Tuesday, October 16, 2007

Two really big scandals from the online poker world have come to light in the last few days. First off, TheVoid, winner of the recent 2007 WCOOP Main Event on Pokerstars, the largest online poker tournament ever held in terms of prize pool, was disqualified, and Pokerstars is moving everyone up one spot on the list and redistributing the prize pool accordingly. Turns out the guy was multi-accounting. He had several different accounts, presumably on different computers, playing the same tourney, and rode of those horses all the way to first place. Pokerstars showed a lot of integrity in the way they handled the entire affair.

Contrast that with the other scandal, which is almost too ridiculous to believe. A well known and successful online player (X) had played a high stakes sit and go, which is a one table tournament, on Absolute Poker. He thought one of the players (Y) was making a lot of very suspicious plays, almost as if he knew the other players hole cards.

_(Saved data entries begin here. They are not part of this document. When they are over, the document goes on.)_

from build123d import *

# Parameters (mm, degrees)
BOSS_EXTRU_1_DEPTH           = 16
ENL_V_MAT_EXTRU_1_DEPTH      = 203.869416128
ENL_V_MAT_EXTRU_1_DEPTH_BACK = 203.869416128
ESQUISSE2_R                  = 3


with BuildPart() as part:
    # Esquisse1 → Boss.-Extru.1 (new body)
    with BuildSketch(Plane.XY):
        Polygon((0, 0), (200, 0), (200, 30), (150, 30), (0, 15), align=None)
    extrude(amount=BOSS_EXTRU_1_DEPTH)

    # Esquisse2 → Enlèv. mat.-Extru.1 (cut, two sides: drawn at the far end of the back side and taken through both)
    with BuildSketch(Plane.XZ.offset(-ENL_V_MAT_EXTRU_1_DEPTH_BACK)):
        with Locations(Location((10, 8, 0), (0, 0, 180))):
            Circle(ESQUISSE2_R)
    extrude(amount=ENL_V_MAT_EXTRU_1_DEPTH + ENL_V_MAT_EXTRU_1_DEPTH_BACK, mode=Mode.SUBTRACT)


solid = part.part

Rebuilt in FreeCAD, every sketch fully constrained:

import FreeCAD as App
import Part
import Sketcher
from FreeCAD import Vector
Q = App.Units.Quantity


def add_polygon(sketch, points):
    """Adds a closed chain of lines whose ends are joined by coincident constraints."""
    first, n = sketch.GeometryCount, len(points)
    for a, b in zip(points, points[1:] + points[:1]):
        sketch.addGeometry(Part.LineSegment(App.Vector(*a, 0), App.Vector(*b, 0)), False)
    for i in range(n):
        sketch.addConstraint(Sketcher.Constraint("Coincident", first + i, 2, first + (i + 1) % n, 1))

doc = App.newDocument("Part")
body = doc.addObject("PartDesign::Body", "Body")

# Sketch on XY plane
sketch1 = body.newObject("Sketcher::SketchObject", "Sketch")
sketch1.AttachmentSupport = (doc.getObject("XY_Plane"), [""])
sketch1.MapMode = "FlatFace"
add_polygon(sketch1, [(0, 0), (200, 0), (200, 30), (150, 30), (0, 15)])  # lines 0-4
sketch1.addConstraint(Sketcher.Constraint("Horizontal", 0))
sketch1.addConstraint(Sketcher.Constraint("Vertical", 1))
sketch1.addConstraint(Sketcher.Constraint("Horizontal", 2))
sketch1.addConstraint(Sketcher.Constraint("Vertical", 4))
sketch1.addConstraint(Sketcher.Constraint("Coincident", 4, 2, -1, 1))
sketch1.addConstraint(Sketcher.Constraint("DistanceX", 0, 1, 0, 2, Q("200 mm")))
sketch1.addConstraint(Sketcher.Constraint("DistanceX", 2, 2, 2, 1, Q("50 mm")))
sketch1.addConstraint(Sketcher.Constraint("DistanceY", 1, 1, 1, 2, Q("30 mm")))
sketch1.addConstraint(Sketcher.Constraint("DistanceY", 4, 2, 4, 1, Q("15 mm")))
pad1 = body.newObject("PartDesign::Pad", "Pad")
pad1.Profile = sketch1
pad1.Length = 16

# Sketch on XZ plane
sketch2 = body.newObject("Sketcher::SketchObject", "Sketch001")
sketch2.AttachmentSupport = (doc.getObject("XZ_Plane"), [""])
sketch2.MapMode = "FlatFace"
sketch2.addGeometry(Part.Circle(Vector(10, 8, 0), Vector(0, 0, 1), 3), False)
sketch2.addConstraint(Sketcher.Constraint("Diameter", 0, Q("6 mm")))
sketch2.addConstraint(Sketcher.Constraint("DistanceX", -1, 1, 0, 3, Q("10 mm")))
sketch2.addConstraint(Sketcher.Constraint("DistanceY", -1, 1, 0, 3, Q("8 mm")))
pocket1 = body.newObject("PartDesign::Pocket", "Pocket")
pocket1.Profile = sketch2
pocket1.Type = "ThroughAll"
pocket1.Midplane = True

doc.recompute()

So X examined Y's history on one of the sites that tracks those sort of things, and noticed a lot of statistical improbabilities in Y's play and win-rate. X posted about this on an online poker forum, and Absolute claimed they investigated and found no problems. X requested a hand history of the tournament from Absolute Poker, and they sent him an Excel spreadsheet, which he found to be mostly gibberish. He handed it off to his friend Z. Z is well known in the online poker community for founding one of the original player tracking sites, as well as some other interesting poker related projects, but he is not much of a poker player himself. I think I read he's a law student at Emory.

Anyway, Z had the technical knowhow to know what the spreadsheet contained. Not just the hand history, but hole cards, IP addresses, and even the IPs of observers. He found first that Y folded the first two hands until another account, #363, logged on to watch the table. Then Y started playing like he knew the other holecards. Then through a series of IP pings, crosschecking email addresses, and other nifty computer detective stuff that is beyond my knowledge, Z tracked down Y to an IP shared by an email address owned by one of the CEO's of Absolute Poker.

The conclusion? The CEO was using a "pitboss" type of account so he could see the holecards, while actually playing with a different account. That's just messed up.

Needless to say, very few people who read online poker forums will ever play at Absolute again, nor their sister-site, Ultimate Bet. I wonder what Phil Helmuth, Ultimate Bet's most well known logobearer, will do?